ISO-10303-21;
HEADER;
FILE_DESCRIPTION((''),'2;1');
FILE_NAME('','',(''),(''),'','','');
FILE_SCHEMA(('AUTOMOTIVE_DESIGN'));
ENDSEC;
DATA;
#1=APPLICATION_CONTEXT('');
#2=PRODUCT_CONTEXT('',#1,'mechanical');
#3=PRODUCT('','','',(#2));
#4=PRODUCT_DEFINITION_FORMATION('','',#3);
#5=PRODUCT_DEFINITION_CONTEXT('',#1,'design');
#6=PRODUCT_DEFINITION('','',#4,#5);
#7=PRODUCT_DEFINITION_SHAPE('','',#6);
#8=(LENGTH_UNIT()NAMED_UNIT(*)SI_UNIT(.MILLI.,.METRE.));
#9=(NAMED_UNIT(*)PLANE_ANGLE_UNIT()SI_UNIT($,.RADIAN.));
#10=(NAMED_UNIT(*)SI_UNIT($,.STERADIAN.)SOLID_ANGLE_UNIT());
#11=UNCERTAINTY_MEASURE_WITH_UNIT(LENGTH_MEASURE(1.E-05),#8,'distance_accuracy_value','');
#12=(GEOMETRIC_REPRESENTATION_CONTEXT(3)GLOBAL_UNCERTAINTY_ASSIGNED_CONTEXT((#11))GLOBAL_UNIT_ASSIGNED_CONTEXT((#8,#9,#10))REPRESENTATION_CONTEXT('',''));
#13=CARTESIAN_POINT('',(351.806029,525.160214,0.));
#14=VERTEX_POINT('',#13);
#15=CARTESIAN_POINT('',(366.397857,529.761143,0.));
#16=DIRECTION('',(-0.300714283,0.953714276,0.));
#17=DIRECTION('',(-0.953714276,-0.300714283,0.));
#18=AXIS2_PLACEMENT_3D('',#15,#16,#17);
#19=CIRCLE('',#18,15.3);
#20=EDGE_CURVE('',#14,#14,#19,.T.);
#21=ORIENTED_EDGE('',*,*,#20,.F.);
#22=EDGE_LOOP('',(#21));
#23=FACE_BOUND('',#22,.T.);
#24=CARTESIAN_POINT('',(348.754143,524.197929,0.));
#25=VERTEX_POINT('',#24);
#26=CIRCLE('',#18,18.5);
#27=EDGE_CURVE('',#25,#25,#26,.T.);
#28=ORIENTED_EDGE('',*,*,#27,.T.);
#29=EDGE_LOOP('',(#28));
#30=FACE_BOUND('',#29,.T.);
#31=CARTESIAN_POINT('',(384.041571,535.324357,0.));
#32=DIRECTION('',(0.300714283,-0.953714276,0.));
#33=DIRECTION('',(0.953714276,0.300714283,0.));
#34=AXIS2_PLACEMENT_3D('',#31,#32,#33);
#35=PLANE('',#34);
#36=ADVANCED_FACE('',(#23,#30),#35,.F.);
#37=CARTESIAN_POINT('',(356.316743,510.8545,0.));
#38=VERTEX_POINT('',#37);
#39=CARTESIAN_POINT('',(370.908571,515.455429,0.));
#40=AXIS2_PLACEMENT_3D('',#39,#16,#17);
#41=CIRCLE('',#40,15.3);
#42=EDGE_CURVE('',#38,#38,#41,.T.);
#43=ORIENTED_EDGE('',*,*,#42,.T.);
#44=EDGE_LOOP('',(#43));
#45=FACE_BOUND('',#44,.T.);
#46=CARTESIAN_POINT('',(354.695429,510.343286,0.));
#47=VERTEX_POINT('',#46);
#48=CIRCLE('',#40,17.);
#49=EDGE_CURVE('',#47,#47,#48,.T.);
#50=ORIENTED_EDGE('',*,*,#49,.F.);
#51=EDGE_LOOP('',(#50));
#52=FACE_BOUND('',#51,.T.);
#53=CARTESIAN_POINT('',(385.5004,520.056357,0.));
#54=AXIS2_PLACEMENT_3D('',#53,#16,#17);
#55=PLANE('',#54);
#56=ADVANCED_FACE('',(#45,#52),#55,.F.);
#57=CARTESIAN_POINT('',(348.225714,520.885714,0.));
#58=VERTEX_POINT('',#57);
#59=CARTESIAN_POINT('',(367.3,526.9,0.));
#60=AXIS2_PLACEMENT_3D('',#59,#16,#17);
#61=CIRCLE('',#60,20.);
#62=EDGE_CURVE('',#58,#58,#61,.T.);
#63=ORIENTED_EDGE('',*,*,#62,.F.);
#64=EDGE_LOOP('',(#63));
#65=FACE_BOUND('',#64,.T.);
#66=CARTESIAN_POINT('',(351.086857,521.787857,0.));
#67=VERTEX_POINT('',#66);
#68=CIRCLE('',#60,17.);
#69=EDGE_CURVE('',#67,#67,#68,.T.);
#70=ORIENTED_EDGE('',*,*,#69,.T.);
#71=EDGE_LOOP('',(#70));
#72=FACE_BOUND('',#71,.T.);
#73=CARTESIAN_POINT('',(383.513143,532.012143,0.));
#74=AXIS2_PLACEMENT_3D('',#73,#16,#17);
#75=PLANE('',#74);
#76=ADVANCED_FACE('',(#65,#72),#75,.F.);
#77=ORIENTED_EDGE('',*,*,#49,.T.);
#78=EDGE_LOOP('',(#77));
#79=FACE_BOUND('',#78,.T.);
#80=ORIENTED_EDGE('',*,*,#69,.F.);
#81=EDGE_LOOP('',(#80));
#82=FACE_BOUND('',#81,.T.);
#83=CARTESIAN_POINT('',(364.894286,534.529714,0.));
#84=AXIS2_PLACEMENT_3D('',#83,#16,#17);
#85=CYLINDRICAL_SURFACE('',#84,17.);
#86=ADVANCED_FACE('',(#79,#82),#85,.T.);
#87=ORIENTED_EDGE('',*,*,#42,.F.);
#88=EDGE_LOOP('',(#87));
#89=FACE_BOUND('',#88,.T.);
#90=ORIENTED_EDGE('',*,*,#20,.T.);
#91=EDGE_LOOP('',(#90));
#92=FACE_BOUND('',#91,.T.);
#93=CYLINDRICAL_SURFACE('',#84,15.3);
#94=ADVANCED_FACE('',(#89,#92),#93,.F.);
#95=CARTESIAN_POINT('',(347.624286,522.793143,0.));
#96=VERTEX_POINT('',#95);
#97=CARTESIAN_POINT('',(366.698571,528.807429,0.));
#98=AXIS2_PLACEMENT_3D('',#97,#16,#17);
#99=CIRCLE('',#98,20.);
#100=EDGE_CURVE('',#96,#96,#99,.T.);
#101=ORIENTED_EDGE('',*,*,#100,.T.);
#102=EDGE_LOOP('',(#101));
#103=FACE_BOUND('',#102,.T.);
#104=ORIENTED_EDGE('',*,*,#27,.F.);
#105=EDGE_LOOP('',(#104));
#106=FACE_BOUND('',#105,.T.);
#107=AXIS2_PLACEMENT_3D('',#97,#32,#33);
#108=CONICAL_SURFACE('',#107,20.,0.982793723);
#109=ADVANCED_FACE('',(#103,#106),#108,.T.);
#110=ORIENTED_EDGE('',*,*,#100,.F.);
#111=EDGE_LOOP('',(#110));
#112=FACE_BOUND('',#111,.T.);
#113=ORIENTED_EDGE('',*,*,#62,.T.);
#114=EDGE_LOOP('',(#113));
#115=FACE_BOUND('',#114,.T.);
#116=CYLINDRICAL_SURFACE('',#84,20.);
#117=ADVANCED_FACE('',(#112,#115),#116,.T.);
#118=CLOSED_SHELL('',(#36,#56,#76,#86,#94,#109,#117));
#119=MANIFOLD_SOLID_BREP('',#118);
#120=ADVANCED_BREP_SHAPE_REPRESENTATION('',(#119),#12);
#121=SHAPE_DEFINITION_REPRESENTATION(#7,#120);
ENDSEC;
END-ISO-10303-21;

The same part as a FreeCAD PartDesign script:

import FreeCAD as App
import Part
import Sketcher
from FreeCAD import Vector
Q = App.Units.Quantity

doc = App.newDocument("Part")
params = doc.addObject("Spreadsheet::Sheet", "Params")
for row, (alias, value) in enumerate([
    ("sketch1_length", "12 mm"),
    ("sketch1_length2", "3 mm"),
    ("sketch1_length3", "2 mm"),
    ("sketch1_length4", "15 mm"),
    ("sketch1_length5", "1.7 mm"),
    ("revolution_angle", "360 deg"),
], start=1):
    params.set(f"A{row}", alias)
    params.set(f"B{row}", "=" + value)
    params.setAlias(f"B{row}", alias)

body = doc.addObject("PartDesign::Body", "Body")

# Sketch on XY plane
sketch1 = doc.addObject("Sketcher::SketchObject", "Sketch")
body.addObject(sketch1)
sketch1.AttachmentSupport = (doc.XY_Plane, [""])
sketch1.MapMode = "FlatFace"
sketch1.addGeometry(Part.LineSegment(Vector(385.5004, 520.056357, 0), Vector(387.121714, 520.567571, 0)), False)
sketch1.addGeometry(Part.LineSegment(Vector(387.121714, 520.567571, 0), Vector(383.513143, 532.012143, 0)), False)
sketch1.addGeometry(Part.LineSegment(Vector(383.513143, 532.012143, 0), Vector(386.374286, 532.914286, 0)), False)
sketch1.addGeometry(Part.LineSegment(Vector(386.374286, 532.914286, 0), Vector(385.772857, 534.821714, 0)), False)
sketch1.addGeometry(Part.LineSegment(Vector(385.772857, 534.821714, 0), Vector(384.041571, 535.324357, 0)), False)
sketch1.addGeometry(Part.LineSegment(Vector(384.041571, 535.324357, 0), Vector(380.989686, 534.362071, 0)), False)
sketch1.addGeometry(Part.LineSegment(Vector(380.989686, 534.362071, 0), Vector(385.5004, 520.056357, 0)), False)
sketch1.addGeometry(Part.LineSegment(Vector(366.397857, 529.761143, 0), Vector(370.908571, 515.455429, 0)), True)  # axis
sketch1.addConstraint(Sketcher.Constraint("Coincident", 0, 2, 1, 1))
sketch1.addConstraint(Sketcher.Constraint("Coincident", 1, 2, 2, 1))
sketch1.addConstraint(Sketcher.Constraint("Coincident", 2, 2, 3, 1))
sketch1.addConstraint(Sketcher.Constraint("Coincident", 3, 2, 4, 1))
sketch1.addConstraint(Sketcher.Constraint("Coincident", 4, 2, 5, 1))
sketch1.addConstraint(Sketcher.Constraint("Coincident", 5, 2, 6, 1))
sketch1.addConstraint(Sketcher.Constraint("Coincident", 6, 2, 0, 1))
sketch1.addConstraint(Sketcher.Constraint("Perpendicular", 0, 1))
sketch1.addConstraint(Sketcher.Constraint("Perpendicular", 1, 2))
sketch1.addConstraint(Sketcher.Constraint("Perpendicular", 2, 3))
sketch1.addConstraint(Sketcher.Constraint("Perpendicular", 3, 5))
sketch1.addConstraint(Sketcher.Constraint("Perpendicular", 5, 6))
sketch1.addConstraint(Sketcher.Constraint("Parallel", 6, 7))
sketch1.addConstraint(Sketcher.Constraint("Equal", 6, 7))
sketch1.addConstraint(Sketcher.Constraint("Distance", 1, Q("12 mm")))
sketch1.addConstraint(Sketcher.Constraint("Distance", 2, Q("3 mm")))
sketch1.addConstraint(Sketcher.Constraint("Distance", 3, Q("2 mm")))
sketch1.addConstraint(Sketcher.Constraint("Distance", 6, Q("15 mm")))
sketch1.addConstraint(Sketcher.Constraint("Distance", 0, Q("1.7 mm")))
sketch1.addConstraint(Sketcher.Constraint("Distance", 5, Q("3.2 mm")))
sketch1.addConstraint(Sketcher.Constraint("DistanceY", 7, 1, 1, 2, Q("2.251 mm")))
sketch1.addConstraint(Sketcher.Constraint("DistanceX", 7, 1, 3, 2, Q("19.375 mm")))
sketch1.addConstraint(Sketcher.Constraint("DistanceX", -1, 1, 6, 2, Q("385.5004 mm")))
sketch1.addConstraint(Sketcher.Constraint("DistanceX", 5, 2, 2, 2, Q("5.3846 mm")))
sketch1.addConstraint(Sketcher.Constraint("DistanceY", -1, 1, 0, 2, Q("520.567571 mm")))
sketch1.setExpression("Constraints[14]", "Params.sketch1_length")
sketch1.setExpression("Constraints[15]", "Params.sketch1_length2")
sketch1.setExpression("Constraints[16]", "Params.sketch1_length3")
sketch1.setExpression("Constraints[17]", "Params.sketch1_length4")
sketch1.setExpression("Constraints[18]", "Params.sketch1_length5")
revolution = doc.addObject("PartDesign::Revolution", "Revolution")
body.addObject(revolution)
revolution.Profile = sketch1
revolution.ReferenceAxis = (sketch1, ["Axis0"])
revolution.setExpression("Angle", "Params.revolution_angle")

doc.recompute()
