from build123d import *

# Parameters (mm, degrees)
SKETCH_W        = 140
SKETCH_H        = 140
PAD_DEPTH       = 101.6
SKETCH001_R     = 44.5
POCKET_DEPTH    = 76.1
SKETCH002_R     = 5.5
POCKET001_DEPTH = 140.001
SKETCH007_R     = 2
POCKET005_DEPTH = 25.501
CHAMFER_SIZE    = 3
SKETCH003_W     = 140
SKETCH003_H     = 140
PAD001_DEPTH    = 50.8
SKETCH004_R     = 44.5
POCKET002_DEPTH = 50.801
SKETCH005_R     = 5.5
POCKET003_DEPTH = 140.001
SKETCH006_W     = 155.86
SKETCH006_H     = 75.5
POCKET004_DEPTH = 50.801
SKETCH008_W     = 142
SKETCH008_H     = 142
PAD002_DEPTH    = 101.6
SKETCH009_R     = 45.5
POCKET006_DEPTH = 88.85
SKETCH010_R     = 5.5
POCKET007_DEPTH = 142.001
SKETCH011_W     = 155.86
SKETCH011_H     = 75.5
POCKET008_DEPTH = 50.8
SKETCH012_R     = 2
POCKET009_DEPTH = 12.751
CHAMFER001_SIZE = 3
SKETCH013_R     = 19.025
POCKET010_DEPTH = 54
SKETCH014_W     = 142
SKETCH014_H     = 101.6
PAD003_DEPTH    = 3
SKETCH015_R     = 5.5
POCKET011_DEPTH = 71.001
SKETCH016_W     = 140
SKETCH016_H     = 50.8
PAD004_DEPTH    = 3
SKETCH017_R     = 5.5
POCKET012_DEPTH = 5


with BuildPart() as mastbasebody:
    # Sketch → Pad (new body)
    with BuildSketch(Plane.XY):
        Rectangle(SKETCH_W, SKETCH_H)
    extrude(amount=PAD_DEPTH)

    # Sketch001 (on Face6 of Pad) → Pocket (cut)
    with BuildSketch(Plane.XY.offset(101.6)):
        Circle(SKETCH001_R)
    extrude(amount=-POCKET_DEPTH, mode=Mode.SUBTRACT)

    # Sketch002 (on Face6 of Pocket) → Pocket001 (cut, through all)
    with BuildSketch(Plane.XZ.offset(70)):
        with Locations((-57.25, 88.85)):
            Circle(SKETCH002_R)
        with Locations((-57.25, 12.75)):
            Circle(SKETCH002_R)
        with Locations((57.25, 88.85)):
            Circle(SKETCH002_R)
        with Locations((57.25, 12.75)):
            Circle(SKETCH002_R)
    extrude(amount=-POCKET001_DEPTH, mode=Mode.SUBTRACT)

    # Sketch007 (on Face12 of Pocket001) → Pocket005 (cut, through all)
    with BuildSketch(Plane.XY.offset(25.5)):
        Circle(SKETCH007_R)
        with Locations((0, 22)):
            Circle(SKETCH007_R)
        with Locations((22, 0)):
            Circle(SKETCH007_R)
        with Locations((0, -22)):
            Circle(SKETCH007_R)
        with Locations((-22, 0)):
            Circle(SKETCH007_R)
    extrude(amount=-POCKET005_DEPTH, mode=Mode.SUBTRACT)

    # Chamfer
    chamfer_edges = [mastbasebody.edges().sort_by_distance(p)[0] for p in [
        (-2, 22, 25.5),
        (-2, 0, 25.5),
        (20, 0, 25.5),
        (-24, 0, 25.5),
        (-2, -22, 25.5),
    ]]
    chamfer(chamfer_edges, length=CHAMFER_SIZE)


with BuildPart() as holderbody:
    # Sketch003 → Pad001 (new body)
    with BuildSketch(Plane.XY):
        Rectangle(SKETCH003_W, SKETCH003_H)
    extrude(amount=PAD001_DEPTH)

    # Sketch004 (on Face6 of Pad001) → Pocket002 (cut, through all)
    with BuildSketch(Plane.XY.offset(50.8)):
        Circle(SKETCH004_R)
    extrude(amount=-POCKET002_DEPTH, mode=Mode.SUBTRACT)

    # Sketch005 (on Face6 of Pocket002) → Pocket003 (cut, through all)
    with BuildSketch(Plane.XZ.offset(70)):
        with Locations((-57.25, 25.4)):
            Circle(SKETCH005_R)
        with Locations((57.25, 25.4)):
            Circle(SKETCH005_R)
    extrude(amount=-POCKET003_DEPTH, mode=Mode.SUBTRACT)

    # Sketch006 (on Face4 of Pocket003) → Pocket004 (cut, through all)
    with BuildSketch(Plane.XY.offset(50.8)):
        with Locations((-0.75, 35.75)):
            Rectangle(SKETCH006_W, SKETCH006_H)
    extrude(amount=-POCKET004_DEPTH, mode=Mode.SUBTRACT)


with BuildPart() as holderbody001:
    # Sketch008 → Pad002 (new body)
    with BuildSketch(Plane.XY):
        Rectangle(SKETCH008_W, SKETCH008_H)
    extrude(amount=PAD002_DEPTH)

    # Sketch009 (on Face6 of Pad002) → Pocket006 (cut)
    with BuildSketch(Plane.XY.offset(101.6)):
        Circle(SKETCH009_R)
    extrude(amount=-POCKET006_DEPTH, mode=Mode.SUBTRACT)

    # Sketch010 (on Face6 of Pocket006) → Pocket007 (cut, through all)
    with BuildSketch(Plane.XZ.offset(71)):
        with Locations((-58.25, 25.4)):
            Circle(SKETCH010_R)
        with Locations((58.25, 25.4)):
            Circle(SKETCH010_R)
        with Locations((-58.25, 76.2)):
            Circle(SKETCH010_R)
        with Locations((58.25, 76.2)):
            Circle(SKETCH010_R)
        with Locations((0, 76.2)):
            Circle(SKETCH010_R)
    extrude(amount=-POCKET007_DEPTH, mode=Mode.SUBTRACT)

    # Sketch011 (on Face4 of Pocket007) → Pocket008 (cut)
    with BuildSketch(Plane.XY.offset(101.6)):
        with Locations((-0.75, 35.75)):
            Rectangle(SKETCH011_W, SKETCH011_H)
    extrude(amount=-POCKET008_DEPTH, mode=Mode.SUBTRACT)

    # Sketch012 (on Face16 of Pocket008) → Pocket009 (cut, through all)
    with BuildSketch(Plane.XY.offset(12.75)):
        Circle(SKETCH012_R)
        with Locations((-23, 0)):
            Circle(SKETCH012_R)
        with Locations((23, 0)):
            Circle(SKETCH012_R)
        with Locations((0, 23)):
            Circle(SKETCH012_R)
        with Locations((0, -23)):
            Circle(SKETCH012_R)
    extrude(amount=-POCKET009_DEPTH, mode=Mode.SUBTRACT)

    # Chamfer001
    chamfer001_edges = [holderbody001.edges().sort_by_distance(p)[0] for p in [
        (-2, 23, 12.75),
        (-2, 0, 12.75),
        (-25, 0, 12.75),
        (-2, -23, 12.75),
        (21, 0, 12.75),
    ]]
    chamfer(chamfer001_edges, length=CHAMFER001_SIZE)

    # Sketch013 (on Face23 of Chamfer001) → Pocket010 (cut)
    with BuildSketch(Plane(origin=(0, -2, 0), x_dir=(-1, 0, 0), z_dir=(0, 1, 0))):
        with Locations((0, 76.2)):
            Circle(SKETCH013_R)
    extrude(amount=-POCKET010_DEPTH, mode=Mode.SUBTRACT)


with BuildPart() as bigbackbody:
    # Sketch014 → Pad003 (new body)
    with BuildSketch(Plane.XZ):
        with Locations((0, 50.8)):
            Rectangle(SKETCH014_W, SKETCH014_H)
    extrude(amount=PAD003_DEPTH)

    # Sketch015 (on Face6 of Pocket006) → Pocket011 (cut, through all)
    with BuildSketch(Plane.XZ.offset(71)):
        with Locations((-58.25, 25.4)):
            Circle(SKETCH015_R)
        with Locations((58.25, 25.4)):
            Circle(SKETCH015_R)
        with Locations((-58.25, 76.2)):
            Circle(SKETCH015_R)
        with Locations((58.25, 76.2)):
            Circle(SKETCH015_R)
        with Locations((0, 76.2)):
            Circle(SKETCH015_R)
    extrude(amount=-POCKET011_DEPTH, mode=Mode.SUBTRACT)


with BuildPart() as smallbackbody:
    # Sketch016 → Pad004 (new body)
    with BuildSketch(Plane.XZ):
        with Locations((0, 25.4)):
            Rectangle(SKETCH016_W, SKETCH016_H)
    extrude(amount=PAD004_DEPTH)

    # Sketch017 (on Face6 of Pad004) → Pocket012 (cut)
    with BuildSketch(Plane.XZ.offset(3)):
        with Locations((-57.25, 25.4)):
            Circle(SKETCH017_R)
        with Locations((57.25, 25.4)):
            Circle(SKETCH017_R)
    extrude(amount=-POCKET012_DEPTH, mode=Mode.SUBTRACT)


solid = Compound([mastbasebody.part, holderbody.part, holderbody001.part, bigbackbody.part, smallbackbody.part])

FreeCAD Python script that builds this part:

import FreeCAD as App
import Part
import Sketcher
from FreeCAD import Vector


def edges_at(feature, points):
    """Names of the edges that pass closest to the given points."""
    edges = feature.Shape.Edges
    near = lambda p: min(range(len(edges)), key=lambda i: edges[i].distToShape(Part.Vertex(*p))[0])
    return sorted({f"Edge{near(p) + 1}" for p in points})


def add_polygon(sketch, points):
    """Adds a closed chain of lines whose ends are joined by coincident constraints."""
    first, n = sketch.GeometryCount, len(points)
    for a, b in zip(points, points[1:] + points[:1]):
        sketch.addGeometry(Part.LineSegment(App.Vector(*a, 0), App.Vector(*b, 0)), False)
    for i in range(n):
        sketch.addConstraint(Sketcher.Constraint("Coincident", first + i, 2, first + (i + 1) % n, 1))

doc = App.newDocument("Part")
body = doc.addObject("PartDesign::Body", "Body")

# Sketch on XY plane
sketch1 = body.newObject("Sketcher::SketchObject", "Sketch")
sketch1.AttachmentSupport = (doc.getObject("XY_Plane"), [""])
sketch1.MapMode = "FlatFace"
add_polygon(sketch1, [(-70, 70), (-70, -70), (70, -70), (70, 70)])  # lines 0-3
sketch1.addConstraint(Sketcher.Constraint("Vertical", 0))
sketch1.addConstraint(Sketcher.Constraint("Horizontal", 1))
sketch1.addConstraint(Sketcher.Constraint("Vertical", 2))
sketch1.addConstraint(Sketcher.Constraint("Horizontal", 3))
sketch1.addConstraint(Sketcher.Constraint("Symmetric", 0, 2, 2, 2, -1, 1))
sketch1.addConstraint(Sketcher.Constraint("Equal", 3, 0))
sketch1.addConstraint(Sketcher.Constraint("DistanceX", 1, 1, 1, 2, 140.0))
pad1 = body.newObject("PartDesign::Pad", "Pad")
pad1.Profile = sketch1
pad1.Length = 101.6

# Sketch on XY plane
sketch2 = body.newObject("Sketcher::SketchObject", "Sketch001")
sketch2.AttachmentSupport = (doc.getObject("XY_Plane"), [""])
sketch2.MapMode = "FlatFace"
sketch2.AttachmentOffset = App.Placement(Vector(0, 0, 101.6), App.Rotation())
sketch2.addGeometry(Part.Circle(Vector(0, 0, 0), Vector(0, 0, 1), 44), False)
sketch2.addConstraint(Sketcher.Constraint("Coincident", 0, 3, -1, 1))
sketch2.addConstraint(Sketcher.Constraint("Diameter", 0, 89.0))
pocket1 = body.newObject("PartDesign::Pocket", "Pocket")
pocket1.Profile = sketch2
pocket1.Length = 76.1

**Work instruction**
Proceeding from the line containing "#42=EDGE_CURVE('',#38,#38,#41,.T.);" through the line containing "#56=ADVANCED_FACE('',(#45,#52),#55,.F.);", transcribe the lines above exactly, both end lines included.

**Solution below**
#42=EDGE_CURVE('',#38,#38,#41,.T.);
#43=ORIENTED_EDGE('',*,*,#42,.T.);
#44=EDGE_LOOP('',(#43));
#45=FACE_BOUND('',#44,.T.);
#46=CARTESIAN_POINT('',(354.695429,510.343286,0.));
#47=VERTEX_POINT('',#46);
#48=CIRCLE('',#40,17.);
#49=EDGE_CURVE('',#47,#47,#48,.T.);
#50=ORIENTED_EDGE('',*,*,#49,.F.);
#51=EDGE_LOOP('',(#50));
#52=FACE_BOUND('',#51,.T.);
#53=CARTESIAN_POINT('',(385.5004,520.056357,0.));
#54=AXIS2_PLACEMENT_3D('',#53,#16,#17);
#55=PLANE('',#54);
#56=ADVANCED_FACE('',(#45,#52),#55,.F.);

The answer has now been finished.